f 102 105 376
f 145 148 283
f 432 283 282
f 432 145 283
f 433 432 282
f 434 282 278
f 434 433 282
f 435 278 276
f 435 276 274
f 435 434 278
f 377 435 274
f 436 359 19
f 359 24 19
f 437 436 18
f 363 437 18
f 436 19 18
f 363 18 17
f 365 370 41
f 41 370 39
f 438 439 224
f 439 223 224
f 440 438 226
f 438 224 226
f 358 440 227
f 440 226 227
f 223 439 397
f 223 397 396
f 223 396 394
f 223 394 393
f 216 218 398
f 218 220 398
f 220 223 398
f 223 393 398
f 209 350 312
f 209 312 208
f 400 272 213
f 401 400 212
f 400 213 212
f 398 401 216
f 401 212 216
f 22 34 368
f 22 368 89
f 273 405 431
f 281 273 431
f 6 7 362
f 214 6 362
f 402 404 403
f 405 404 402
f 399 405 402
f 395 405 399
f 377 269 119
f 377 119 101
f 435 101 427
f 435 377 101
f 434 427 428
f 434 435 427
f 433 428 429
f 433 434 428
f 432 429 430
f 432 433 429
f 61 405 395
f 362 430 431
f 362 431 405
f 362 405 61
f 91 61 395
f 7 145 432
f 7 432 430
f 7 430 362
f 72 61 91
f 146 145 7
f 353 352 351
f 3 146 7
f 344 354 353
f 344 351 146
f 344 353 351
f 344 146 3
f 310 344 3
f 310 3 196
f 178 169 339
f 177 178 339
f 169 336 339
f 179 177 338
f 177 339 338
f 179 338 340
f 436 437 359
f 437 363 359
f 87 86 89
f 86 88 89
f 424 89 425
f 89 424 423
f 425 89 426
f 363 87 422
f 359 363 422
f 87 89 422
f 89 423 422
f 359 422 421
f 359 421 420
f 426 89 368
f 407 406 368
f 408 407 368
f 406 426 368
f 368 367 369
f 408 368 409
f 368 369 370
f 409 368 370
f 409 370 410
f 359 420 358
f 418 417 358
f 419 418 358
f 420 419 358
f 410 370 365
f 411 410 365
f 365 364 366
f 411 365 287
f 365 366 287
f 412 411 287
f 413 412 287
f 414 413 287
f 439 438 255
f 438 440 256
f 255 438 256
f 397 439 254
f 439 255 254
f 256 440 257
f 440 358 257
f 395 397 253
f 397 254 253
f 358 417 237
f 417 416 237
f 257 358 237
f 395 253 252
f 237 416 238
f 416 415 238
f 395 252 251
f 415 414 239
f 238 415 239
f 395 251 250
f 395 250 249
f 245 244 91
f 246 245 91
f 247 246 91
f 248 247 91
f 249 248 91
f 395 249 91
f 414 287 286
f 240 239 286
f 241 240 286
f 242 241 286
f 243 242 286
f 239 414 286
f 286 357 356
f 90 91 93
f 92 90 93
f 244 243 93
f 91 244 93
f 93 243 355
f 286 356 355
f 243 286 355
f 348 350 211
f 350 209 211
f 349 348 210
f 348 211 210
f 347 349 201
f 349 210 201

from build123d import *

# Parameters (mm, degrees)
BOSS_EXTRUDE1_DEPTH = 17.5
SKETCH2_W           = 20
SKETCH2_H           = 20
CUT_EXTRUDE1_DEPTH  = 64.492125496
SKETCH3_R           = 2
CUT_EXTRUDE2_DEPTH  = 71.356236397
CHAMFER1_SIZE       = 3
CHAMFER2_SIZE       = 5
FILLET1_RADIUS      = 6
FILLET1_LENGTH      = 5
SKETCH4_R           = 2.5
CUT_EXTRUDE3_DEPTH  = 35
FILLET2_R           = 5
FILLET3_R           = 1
*****
BRIEF:
Set down, exactly as they stand above, the lines starting with the line with "f 344 351 146" and going on through the line with "f 348 211 210", and no others.

RESPONSE TO THE EXERCISE:
f 344 351 146
f 344 353 351
f 344 146 3
f 310 344 3
f 310 3 196
f 178 169 339
f 177 178 339
f 169 336 339
f 179 177 338
f 177 339 338
f 179 338 340
f 436 437 359
f 437 363 359
f 87 86 89
f 86 88 89
f 424 89 425
f 89 424 423
f 425 89 426
f 363 87 422
f 359 363 422
f 87 89 422
f 89 423 422
f 359 422 421
f 359 421 420
f 426 89 368
f 407 406 368
f 408 407 368
f 406 426 368
f 368 367 369
f 408 368 409
f 368 369 370
f 409 368 370
f 409 370 410
f 359 420 358
f 418 417 358
f 419 418 358
f 420 419 358
f 410 370 365
f 411 410 365
f 365 364 366
f 411 365 287
f 365 366 287
f 412 411 287
f 413 412 287
f 414 413 287
f 439 438 255
f 438 440 256
f 255 438 256
f 397 439 254
f 439 255 254
f 256 440 257
f 440 358 257
f 395 397 253
f 397 254 253
f 358 417 237
f 417 416 237
f 257 358 237
f 395 253 252
f 237 416 238
f 416 415 238
f 395 252 251
f 415 414 239
f 238 415 239
f 395 251 250
f 395 250 249
f 245 244 91
f 246 245 91
f 247 246 91
f 248 247 91
f 249 248 91
f 395 249 91
f 414 287 286
f 240 239 286
f 241 240 286
f 242 241 286
f 243 242 286
f 239 414 286
f 286 357 356
f 90 91 93
f 92 90 93
f 244 243 93
f 91 244 93
f 93 243 355
f 286 356 355
f 243 286 355
f 348 350 211
f 350 209 211
f 349 348 210
f 348 211 210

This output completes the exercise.